Muscular-imbalance-neveux

"Advanced 101" is a very simple training method. You only need to do 8 groups of each action, and the number of actions is 15, 15, 15, 12, 12, 12, 10, 10, for a total of 101 times. This method is suitable for any muscle group and allows you to gain muscle quickly, because this method allows more blood to stay in the relevant muscles, giving you a pumping feeling. If you want the effect to be more noticeable, you can slowly increase the weight during the "Advanced 101" process.
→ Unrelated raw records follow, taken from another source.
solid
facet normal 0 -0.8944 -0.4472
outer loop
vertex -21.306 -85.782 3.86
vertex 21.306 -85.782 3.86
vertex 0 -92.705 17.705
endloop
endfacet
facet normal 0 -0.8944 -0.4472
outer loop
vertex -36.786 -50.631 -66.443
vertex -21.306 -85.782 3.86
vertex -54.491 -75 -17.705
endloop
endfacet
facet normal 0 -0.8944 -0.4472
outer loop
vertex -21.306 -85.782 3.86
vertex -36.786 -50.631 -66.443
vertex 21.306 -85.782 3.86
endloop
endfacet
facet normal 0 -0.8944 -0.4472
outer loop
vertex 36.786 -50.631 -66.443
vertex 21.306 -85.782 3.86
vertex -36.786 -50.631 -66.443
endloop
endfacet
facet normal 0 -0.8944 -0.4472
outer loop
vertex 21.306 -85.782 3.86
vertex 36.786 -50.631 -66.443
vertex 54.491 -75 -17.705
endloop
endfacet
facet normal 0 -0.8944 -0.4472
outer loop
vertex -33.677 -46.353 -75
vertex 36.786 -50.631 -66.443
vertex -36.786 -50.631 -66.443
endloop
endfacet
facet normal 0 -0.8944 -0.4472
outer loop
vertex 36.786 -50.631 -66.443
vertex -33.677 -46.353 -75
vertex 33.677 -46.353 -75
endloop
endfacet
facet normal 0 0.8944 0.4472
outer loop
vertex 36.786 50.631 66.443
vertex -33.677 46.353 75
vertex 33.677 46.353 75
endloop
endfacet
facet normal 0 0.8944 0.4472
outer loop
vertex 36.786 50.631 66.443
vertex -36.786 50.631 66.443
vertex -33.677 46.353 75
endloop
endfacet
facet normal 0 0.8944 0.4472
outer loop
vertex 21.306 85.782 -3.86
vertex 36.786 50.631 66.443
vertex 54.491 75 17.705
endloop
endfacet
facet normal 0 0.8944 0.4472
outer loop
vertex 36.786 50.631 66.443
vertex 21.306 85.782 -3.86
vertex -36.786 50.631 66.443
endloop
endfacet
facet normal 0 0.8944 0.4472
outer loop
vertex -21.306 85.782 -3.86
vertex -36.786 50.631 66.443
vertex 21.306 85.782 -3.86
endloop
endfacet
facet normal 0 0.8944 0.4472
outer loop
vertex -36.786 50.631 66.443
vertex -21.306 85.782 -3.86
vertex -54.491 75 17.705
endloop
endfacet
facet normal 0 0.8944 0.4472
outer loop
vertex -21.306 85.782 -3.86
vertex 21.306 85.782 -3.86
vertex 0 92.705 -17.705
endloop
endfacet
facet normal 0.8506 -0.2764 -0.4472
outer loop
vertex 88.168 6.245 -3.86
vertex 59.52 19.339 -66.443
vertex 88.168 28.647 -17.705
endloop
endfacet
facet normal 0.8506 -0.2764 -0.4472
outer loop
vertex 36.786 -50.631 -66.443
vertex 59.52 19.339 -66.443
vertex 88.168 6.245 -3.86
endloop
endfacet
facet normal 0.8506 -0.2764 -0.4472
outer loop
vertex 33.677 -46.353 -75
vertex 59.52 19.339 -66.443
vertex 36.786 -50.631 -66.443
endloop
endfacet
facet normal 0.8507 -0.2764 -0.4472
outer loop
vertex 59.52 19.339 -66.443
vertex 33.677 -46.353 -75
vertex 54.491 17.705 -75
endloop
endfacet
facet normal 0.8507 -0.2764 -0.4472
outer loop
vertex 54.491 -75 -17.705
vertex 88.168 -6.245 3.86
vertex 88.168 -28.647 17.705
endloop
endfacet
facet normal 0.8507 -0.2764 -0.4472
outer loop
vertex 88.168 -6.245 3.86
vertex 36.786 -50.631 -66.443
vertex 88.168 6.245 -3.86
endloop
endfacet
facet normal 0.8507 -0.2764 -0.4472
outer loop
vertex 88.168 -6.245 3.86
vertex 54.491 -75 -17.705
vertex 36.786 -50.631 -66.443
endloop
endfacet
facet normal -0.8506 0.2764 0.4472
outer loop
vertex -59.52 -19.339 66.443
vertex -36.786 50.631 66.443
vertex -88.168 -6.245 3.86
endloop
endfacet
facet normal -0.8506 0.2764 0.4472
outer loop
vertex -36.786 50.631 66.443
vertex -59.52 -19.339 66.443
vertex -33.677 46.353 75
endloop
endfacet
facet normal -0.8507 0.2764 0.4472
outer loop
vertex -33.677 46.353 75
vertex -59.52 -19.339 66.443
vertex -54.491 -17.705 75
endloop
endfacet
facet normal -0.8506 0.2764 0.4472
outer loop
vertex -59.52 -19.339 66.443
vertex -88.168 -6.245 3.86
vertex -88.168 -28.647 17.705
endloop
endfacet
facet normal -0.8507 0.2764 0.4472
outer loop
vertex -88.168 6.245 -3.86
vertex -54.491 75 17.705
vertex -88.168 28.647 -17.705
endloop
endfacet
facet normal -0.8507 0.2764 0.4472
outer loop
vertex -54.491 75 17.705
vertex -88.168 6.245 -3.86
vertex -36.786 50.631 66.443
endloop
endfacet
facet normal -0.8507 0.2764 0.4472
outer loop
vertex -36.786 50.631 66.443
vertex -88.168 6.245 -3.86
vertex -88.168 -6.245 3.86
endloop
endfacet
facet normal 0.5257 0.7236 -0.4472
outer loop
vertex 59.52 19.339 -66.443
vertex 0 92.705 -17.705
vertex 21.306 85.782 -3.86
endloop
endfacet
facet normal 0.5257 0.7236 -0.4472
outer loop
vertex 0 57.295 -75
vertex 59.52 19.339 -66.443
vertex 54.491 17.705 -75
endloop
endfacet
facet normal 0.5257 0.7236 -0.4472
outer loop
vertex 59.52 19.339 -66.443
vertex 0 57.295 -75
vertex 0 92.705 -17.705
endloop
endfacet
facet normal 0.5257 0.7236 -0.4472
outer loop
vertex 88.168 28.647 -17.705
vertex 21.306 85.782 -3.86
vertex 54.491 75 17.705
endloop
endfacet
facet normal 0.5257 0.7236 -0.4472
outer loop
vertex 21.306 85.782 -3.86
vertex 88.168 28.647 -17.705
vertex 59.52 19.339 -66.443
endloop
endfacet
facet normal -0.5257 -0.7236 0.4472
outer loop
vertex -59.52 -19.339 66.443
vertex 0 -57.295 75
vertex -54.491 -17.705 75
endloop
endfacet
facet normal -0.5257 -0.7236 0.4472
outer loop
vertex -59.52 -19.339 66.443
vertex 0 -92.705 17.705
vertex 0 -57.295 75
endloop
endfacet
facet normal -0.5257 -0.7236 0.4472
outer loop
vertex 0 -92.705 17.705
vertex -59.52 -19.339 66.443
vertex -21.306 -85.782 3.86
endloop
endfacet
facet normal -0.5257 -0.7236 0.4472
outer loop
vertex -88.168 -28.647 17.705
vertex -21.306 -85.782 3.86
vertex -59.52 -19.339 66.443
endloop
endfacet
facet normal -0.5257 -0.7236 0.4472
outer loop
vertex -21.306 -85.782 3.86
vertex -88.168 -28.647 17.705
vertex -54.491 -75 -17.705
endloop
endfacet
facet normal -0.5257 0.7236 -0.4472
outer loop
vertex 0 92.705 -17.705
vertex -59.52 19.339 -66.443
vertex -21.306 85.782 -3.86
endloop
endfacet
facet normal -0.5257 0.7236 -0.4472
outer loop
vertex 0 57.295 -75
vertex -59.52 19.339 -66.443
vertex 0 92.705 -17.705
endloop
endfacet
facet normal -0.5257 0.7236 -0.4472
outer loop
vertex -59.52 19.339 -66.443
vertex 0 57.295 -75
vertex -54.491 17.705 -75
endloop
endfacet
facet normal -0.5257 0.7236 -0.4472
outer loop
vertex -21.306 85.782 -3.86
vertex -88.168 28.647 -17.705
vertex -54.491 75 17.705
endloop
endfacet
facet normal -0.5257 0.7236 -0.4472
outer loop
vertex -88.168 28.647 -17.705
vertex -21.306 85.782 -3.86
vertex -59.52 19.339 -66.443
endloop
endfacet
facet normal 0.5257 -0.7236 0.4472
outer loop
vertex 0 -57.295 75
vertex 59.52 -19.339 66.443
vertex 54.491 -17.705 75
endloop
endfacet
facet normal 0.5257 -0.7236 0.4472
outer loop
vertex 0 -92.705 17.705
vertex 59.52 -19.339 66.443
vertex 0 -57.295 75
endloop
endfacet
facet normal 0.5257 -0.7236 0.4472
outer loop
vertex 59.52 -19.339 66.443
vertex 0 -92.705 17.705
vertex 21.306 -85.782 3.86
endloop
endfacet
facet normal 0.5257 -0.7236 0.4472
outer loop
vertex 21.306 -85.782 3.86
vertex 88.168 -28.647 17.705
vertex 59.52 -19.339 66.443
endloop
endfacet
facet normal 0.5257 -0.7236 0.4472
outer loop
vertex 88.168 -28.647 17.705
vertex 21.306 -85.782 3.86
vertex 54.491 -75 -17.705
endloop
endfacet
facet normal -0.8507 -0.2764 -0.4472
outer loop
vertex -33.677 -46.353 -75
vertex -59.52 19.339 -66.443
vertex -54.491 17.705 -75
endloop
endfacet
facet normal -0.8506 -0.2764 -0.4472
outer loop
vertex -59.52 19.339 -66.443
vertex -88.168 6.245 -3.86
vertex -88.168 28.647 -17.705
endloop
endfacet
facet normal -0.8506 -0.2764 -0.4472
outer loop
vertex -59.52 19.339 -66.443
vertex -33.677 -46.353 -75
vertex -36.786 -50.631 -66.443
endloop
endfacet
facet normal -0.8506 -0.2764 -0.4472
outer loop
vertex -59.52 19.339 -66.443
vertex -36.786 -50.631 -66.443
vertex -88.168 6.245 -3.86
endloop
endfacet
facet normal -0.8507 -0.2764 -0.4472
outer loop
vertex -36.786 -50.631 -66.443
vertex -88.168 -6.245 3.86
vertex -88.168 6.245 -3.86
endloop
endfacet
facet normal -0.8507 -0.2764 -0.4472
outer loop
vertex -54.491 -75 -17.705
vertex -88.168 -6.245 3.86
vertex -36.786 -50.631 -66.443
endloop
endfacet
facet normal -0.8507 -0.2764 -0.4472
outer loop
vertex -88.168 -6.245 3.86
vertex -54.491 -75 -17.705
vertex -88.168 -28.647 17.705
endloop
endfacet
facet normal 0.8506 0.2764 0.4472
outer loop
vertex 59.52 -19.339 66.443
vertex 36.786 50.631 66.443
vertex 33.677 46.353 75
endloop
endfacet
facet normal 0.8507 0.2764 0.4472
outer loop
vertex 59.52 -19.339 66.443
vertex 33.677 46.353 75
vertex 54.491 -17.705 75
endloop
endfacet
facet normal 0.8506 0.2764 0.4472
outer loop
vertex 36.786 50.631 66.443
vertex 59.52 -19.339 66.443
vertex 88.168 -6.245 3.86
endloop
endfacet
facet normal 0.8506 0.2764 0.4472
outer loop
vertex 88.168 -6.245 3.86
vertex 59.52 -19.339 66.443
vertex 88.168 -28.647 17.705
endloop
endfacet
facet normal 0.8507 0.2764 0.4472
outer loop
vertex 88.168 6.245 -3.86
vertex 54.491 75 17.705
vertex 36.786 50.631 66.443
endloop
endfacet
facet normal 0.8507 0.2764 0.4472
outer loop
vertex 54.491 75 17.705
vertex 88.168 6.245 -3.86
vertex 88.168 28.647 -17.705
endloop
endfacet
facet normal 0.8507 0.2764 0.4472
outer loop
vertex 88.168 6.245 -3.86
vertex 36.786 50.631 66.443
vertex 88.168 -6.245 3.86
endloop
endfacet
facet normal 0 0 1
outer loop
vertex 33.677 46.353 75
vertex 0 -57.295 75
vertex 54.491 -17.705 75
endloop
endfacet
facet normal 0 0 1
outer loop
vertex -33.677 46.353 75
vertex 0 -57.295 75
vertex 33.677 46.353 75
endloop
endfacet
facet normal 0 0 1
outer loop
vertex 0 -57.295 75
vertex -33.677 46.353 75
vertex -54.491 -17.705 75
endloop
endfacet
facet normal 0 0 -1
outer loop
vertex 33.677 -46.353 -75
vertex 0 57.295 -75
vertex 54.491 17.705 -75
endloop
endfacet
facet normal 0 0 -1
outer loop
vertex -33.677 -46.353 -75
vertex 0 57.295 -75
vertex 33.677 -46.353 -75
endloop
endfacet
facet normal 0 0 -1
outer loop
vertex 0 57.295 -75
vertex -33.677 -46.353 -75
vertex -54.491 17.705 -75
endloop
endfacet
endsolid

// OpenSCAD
//create a dodecahedron by intersecting 6 boxes
module dodecahedron(height) 
{
        scale([height,height,height]) //scale by height parameter
        {
                intersection(){
                        //make a cube
                        cube([2,2,1], center = true); 
                        intersection_for(i=[0:4]) //loop i from 0 to 4, and intersect results
                        { 
                                //make a cube, rotate it 116.565 degrees around the X axis,
                                //then 72*i around the Z axis
                                rotate([0,0,72*i])
                                        rotate([116.565,0,0])
                                        cube([2,2,1], center = true); 
                        }
                }
        }
}

dodecahedron(150);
I believe your muscles will feel explosive!

The editor recommends using "Advanced 101" in every training. Pick the two movements you want to see the most effect, and use "Advanced 101" in the first two movements of training to make your strength more concentrated.


"Advanced 101" method training plan (the plan is suitable for people who have a certain foundation and want to try new action combinations. )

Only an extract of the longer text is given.